[Task statement]
Exactly as they appear, copy the lines from the start of the entries below to the line containing "e110 v74 v74", both ends included.
------
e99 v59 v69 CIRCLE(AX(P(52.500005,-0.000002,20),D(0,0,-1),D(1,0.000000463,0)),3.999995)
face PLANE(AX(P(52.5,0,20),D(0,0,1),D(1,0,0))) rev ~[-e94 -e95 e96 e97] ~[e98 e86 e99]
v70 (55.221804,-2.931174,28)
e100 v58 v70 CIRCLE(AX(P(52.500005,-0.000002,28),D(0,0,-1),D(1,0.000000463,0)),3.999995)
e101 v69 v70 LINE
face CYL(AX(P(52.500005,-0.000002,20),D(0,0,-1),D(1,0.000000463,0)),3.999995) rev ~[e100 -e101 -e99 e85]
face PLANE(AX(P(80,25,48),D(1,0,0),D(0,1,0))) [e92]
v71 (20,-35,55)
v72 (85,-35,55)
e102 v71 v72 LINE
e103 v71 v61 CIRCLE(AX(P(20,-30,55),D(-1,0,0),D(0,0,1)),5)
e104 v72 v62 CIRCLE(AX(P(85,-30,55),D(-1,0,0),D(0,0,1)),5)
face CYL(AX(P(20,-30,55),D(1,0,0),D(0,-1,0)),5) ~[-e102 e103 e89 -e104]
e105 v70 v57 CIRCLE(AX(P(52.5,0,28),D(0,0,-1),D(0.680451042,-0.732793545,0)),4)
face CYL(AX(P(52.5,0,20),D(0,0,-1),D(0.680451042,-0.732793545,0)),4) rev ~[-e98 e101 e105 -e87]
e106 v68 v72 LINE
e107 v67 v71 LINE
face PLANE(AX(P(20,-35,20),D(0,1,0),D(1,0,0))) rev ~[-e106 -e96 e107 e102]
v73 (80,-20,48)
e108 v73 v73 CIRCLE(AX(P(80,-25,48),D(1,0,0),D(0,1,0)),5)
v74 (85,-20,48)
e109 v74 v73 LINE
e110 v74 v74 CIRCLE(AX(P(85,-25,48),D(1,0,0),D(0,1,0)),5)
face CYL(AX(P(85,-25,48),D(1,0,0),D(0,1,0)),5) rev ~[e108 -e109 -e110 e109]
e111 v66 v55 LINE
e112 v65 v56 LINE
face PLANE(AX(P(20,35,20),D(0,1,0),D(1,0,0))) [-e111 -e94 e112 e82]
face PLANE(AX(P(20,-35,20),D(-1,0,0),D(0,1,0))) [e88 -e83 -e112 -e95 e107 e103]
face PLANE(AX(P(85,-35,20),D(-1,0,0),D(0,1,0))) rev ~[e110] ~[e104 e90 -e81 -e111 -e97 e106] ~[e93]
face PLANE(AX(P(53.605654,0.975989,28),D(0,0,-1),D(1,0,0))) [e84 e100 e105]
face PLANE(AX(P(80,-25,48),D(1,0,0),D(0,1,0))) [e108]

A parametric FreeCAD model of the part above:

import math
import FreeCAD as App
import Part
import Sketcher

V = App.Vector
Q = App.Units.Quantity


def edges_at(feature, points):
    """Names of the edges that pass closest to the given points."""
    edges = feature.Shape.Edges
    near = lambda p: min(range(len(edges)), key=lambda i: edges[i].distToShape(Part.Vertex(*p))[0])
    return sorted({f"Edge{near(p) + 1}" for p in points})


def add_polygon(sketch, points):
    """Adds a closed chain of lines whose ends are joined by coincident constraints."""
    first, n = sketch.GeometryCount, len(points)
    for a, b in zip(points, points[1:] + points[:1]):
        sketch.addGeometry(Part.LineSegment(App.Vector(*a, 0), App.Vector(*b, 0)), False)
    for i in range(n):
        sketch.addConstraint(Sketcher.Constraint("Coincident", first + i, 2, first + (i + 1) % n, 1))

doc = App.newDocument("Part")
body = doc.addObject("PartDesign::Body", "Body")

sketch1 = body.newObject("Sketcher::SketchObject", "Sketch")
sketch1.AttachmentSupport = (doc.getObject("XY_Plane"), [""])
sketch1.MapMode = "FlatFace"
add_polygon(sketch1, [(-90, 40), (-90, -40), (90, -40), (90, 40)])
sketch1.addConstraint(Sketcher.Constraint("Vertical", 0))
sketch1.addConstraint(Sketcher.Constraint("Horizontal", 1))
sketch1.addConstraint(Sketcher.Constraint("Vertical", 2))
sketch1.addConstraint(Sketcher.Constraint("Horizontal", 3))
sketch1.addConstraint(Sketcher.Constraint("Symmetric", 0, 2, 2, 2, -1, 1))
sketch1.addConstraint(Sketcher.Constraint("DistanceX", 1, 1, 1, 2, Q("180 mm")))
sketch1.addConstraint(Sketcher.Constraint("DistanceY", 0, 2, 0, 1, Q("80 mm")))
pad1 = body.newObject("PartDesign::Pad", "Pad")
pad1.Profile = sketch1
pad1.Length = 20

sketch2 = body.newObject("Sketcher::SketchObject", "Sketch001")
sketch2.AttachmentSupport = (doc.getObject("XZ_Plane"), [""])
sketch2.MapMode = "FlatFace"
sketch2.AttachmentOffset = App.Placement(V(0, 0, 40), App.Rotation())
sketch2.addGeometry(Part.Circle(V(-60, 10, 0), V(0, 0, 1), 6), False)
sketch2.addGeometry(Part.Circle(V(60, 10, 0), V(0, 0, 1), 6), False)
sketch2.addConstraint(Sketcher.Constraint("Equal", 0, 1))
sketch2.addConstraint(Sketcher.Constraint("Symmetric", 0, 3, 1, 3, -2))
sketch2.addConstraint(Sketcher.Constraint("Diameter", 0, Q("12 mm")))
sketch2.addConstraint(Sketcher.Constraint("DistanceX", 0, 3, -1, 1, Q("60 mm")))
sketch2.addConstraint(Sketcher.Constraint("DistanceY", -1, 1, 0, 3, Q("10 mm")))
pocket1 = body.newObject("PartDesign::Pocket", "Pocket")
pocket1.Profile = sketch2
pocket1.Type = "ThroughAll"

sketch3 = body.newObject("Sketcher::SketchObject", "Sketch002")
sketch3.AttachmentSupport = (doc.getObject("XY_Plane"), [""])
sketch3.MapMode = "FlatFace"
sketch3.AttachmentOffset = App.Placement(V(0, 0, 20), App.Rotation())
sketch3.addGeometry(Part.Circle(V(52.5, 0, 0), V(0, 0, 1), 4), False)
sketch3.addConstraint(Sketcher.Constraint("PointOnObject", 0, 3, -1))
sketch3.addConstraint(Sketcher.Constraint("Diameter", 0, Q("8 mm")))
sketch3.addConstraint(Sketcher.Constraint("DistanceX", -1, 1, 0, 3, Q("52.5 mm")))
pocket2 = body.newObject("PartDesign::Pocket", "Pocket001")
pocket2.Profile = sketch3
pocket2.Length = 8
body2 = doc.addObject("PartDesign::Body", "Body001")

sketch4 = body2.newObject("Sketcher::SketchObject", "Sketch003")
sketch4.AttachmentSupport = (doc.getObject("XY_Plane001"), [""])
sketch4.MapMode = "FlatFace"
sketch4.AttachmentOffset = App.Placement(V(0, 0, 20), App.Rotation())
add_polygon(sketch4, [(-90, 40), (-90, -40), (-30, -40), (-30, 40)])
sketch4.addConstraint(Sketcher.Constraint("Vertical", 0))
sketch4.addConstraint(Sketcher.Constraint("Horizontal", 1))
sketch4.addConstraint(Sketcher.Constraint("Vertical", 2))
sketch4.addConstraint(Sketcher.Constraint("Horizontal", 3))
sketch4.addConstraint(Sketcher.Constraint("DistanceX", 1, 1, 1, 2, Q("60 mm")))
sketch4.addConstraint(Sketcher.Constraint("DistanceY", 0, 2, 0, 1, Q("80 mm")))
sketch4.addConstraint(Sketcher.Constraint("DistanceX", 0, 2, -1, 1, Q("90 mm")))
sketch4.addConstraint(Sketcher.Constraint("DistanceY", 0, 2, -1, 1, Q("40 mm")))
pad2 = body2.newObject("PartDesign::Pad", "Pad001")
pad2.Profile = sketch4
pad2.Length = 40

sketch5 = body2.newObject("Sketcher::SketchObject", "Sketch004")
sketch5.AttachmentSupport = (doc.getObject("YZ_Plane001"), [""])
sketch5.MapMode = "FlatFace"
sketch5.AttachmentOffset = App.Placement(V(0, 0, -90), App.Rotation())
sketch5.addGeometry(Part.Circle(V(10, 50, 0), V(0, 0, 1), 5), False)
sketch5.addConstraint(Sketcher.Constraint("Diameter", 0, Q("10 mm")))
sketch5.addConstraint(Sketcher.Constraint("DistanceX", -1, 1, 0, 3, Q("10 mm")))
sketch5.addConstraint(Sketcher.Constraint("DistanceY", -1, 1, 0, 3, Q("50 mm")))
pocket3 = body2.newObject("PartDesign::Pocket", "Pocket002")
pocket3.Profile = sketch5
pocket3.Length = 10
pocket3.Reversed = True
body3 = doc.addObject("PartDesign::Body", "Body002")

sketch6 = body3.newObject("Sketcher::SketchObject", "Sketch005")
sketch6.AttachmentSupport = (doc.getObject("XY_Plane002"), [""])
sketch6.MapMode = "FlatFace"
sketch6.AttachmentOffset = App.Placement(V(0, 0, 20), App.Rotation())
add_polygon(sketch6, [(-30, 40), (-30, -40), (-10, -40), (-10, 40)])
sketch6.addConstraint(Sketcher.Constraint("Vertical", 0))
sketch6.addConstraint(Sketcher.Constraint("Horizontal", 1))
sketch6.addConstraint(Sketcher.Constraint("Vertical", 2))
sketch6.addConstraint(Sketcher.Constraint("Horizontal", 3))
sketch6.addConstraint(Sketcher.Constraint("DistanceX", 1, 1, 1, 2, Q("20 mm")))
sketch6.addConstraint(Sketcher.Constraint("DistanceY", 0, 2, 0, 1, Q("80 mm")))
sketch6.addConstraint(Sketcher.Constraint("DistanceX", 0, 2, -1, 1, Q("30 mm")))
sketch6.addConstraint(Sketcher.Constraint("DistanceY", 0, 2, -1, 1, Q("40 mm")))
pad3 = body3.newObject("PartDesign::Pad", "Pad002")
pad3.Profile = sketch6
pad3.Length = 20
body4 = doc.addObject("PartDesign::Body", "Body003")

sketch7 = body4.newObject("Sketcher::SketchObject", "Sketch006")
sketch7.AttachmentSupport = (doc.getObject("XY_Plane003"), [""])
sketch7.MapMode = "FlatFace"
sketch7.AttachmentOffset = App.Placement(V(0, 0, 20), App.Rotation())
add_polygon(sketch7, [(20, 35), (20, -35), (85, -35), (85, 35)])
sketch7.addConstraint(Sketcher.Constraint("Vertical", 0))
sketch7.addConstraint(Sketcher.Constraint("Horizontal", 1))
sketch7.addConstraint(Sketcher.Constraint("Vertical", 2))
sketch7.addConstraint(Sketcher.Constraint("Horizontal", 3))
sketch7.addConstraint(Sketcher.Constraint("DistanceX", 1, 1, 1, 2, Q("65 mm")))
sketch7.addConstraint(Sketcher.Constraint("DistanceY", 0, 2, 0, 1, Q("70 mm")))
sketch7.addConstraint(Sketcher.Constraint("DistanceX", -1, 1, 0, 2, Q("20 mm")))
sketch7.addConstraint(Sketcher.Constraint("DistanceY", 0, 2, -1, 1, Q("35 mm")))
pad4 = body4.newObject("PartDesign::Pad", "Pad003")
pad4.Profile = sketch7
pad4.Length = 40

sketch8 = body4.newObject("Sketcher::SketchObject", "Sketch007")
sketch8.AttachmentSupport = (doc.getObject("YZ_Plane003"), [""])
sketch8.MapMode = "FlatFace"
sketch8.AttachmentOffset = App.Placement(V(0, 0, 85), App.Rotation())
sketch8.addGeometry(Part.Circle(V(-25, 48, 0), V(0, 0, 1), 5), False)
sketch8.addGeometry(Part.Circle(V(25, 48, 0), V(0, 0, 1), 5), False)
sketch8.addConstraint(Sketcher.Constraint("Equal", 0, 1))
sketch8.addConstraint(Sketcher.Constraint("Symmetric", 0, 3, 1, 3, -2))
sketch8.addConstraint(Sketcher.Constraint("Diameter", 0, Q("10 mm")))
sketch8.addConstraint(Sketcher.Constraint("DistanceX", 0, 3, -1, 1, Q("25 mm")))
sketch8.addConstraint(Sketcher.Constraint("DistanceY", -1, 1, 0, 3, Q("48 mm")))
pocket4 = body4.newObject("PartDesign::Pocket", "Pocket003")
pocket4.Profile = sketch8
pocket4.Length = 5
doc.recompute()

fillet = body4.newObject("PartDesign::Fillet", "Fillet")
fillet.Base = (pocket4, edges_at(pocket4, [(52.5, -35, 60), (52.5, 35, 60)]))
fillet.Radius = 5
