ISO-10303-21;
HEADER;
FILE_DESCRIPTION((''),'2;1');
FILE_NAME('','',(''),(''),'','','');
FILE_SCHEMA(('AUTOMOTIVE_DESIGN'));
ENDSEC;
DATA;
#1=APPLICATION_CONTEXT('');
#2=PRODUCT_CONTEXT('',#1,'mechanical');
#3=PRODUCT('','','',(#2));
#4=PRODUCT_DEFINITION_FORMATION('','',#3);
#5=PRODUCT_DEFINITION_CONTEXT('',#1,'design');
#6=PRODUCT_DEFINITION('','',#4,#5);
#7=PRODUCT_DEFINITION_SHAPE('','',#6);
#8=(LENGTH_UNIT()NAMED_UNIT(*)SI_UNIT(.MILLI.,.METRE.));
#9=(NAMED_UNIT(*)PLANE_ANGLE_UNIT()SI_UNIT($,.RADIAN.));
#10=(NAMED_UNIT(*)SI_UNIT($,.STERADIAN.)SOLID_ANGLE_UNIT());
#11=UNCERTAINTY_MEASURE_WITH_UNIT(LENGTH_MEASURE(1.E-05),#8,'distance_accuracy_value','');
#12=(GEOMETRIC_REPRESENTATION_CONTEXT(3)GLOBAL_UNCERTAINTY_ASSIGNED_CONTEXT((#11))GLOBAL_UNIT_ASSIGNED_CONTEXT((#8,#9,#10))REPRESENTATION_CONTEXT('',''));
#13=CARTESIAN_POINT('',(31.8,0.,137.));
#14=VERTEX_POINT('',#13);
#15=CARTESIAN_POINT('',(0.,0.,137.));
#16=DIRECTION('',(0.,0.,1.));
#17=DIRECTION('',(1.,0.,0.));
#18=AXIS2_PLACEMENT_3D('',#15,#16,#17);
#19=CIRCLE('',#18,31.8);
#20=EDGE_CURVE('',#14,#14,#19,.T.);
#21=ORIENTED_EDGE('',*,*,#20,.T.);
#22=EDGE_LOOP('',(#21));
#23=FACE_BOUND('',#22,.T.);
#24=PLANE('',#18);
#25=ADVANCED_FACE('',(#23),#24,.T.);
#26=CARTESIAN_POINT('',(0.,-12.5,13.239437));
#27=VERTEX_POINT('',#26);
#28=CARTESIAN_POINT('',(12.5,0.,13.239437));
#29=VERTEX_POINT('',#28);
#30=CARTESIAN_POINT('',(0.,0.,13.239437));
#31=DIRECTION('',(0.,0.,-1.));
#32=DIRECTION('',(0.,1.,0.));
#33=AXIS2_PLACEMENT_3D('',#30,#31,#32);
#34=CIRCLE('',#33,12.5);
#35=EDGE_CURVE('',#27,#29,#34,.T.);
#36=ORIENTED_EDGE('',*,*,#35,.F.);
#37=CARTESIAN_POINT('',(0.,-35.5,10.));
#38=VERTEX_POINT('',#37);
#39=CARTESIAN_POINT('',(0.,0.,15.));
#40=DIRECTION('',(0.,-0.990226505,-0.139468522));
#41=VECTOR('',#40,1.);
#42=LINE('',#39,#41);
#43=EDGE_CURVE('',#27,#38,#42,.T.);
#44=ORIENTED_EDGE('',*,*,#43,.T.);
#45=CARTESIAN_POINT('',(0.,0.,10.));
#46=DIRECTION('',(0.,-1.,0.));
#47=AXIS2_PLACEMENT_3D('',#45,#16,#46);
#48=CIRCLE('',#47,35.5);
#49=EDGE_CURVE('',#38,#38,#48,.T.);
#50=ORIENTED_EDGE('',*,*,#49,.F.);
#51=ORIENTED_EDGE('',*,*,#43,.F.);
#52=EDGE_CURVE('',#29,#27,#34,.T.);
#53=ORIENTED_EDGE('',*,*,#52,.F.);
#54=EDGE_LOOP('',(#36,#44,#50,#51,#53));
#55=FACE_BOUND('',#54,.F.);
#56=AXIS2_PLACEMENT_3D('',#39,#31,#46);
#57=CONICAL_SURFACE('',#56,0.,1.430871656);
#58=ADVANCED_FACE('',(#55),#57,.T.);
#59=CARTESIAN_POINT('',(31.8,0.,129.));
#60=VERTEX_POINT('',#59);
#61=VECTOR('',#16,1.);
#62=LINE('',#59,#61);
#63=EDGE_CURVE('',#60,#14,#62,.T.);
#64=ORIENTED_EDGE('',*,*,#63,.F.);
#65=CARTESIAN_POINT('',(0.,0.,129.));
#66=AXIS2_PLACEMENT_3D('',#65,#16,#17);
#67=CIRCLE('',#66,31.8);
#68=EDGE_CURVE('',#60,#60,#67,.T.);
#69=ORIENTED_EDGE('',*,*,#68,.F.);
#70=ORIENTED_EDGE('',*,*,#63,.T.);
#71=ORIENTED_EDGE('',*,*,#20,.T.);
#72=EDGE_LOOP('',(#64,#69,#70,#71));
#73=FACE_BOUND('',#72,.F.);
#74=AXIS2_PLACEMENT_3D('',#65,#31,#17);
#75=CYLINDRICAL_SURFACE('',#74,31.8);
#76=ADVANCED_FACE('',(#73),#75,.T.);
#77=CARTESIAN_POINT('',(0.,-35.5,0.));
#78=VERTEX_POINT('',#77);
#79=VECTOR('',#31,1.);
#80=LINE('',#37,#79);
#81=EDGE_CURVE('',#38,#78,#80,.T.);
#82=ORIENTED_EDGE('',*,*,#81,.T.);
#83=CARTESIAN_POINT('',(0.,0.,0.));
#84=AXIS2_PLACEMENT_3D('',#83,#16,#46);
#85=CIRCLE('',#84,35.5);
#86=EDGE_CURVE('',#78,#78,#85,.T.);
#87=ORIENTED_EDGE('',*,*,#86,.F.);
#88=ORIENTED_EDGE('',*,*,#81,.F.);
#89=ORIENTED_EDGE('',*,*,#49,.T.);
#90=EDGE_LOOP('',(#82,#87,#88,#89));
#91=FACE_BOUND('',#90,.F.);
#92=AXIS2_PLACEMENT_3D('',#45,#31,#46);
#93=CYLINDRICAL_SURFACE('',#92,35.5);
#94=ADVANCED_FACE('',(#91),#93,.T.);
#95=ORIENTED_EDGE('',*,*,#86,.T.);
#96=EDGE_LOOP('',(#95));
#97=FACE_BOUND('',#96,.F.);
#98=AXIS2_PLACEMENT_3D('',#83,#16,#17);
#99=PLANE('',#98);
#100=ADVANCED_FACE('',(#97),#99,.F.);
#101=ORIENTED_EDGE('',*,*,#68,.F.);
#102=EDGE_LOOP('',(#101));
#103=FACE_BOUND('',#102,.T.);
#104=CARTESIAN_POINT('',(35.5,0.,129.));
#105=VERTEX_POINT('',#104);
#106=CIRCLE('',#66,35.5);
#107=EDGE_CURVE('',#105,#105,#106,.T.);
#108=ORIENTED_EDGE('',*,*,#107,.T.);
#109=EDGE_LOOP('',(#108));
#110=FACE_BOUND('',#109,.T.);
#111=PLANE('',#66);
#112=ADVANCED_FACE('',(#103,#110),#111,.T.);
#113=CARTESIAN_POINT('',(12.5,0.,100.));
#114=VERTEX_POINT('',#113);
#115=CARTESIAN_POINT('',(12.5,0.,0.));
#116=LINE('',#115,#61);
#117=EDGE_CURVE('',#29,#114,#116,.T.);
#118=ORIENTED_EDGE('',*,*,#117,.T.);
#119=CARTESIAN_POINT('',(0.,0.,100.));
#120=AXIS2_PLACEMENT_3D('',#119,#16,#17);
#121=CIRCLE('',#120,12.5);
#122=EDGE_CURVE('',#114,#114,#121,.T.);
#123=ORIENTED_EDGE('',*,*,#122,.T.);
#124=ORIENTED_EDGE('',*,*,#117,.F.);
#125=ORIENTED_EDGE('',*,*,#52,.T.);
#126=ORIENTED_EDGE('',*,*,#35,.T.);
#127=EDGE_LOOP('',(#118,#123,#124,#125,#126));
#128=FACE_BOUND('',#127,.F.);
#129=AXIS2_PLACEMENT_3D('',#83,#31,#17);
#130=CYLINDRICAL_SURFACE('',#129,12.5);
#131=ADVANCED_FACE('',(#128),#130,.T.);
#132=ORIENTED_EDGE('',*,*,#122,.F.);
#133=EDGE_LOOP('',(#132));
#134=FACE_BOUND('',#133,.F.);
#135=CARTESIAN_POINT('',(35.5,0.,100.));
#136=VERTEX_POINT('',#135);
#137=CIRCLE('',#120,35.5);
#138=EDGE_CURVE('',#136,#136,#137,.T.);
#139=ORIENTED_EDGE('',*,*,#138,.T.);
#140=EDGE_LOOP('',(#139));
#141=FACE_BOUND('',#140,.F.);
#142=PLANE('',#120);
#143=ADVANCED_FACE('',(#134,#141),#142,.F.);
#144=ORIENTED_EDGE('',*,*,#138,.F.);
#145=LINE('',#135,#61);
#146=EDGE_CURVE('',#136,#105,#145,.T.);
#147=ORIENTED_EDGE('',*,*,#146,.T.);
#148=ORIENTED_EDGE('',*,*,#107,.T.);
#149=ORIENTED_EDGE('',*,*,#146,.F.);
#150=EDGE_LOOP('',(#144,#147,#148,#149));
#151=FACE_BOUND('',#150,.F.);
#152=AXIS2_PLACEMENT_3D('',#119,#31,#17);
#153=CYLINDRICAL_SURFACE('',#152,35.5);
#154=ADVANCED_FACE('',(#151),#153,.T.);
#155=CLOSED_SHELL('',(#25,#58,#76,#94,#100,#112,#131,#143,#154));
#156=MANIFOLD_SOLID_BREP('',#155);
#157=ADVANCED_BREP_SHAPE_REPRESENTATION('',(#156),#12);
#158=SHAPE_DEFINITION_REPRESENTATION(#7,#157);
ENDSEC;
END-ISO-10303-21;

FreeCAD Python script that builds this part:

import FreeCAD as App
import Part
import Sketcher
from FreeCAD import Vector
Q = App.Units.Quantity


def add_polygon(sketch, points):
    """Adds a closed chain of lines whose ends are joined by coincident constraints."""
    first, n = sketch.GeometryCount, len(points)
    for a, b in zip(points, points[1:] + points[:1]):
        sketch.addGeometry(Part.LineSegment(App.Vector(*a, 0), App.Vector(*b, 0)), False)
    for i in range(n):
        sketch.addConstraint(Sketcher.Constraint("Coincident", first + i, 2, first + (i + 1) % n, 1))

doc = App.newDocument("Part")
body = doc.addObject("PartDesign::Body", "Body")

# Sketch on YZ plane
sketch1 = body.newObject("Sketcher::SketchObject", "Sketch")
sketch1.AttachmentSupport = (doc.getObject("YZ_Plane"), [""])
sketch1.MapMode = "FlatFace"
add_polygon(sketch1, [(0, 0), (0, 15), (-36, 10), (-36, 0)])  # lines 0-3
sketch1.addConstraint(Sketcher.Constraint("Vertical", 0))
sketch1.addConstraint(Sketcher.Constraint("Vertical", 2))
sketch1.addConstraint(Sketcher.Constraint("Horizontal", 3))
sketch1.addConstraint(Sketcher.Constraint("Coincident", 3, 2, -1, 1))
sketch1.addConstraint(Sketcher.Constraint("DistanceY", 0, 1, 0, 2, Q("15 mm")))
sketch1.addConstraint(Sketcher.Constraint("DistanceY", 2, 2, 2, 1, Q("10 mm")))
sketch1.addConstraint(Sketcher.Constraint("DistanceX", 3, 1, 3, 2, Q("35.5 mm")))
revolution = body.newObject("PartDesign::Revolution", "Revolution")
revolution.Profile = sketch1
revolution.ReferenceAxis = (sketch1, ["V_Axis"])
revolution.Angle = 360

# Sketch on XY plane
sketch2 = body.newObject("Sketcher::SketchObject", "Sketch001")
sketch2.AttachmentSupport = (doc.getObject("XY_Plane"), [""])
sketch2.MapMode = "FlatFace"
sketch2.addGeometry(Part.Circle(Vector(0, 0, 0), Vector(0, 0, 1), 12), False)
sketch2.addConstraint(Sketcher.Constraint("Coincident", 0, 3, -1, 1))
sketch2.addConstraint(Sketcher.Constraint("Diameter", 0, Q("25 mm")))
pad1 = body.newObject("PartDesign::Pad", "Pad")
pad1.Profile = sketch2
pad1.Length = 100

# Sketch on XY plane
sketch3 = body.newObject("Sketcher::SketchObject", "Sketch002")
sketch3.AttachmentSupport = (doc.getObject("XY_Plane"), [""])
sketch3.MapMode = "FlatFace"
sketch3.AttachmentOffset = App.Placement(Vector(0, 0, 100), App.Rotation())
sketch3.addGeometry(Part.Circle(Vector(0, 0, 0), Vector(0, 0, 1), 36), False)
sketch3.addConstraint(Sketcher.Constraint("Coincident", 0, 3, -1, 1))
sketch3.addConstraint(Sketcher.Constraint("Diameter", 0, Q("71 mm")))
pad2 = body.newObject("PartDesign::Pad", "Pad001")
pad2.Profile = sketch3
pad2.Length = 29

# Sketch on XY plane
sketch4 = body.newObject("Sketcher::SketchObject", "Sketch003")
sketch4.AttachmentSupport = (doc.getObject("XY_Plane"), [""])
sketch4.MapMode = "FlatFace"
sketch4.AttachmentOffset = App.Placement(Vector(0, 0, 129), App.Rotation())
sketch4.addGeometry(Part.Circle(Vector(0, 0, 0), Vector(0, 0, 1), 32), False)
sketch4.addConstraint(Sketcher.Constraint("Coincident", 0, 3, -1, 1))
sketch4.addConstraint(Sketcher.Constraint("Diameter", 0, Q("63.6 mm")))
pad3 = body.newObject("PartDesign::Pad", "Pad002")
pad3.Profile = sketch4
pad3.Length = 8

doc.recompute()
------
[Reply to the task]
e99 v59 v69 CIRCLE(AX(P(52.500005,-0.000002,20),D(0,0,-1),D(1,0.000000463,0)),3.999995)
face PLANE(AX(P(52.5,0,20),D(0,0,1),D(1,0,0))) rev ~[-e94 -e95 e96 e97] ~[e98 e86 e99]
v70 (55.221804,-2.931174,28)
e100 v58 v70 CIRCLE(AX(P(52.500005,-0.000002,28),D(0,0,-1),D(1,0.000000463,0)),3.999995)
e101 v69 v70 LINE
face CYL(AX(P(52.500005,-0.000002,20),D(0,0,-1),D(1,0.000000463,0)),3.999995) rev ~[e100 -e101 -e99 e85]
face PLANE(AX(P(80,25,48),D(1,0,0),D(0,1,0))) [e92]
v71 (20,-35,55)
v72 (85,-35,55)
e102 v71 v72 LINE
e103 v71 v61 CIRCLE(AX(P(20,-30,55),D(-1,0,0),D(0,0,1)),5)
e104 v72 v62 CIRCLE(AX(P(85,-30,55),D(-1,0,0),D(0,0,1)),5)
face CYL(AX(P(20,-30,55),D(1,0,0),D(0,-1,0)),5) ~[-e102 e103 e89 -e104]
e105 v70 v57 CIRCLE(AX(P(52.5,0,28),D(0,0,-1),D(0.680451042,-0.732793545,0)),4)
face CYL(AX(P(52.5,0,20),D(0,0,-1),D(0.680451042,-0.732793545,0)),4) rev ~[-e98 e101 e105 -e87]
e106 v68 v72 LINE
e107 v67 v71 LINE
face PLANE(AX(P(20,-35,20),D(0,1,0),D(1,0,0))) rev ~[-e106 -e96 e107 e102]
v73 (80,-20,48)
e108 v73 v73 CIRCLE(AX(P(80,-25,48),D(1,0,0),D(0,1,0)),5)
v74 (85,-20,48)
e109 v74 v73 LINE
e110 v74 v74 CIRCLE(AX(P(85,-25,48),D(1,0,0),D(0,1,0)),5)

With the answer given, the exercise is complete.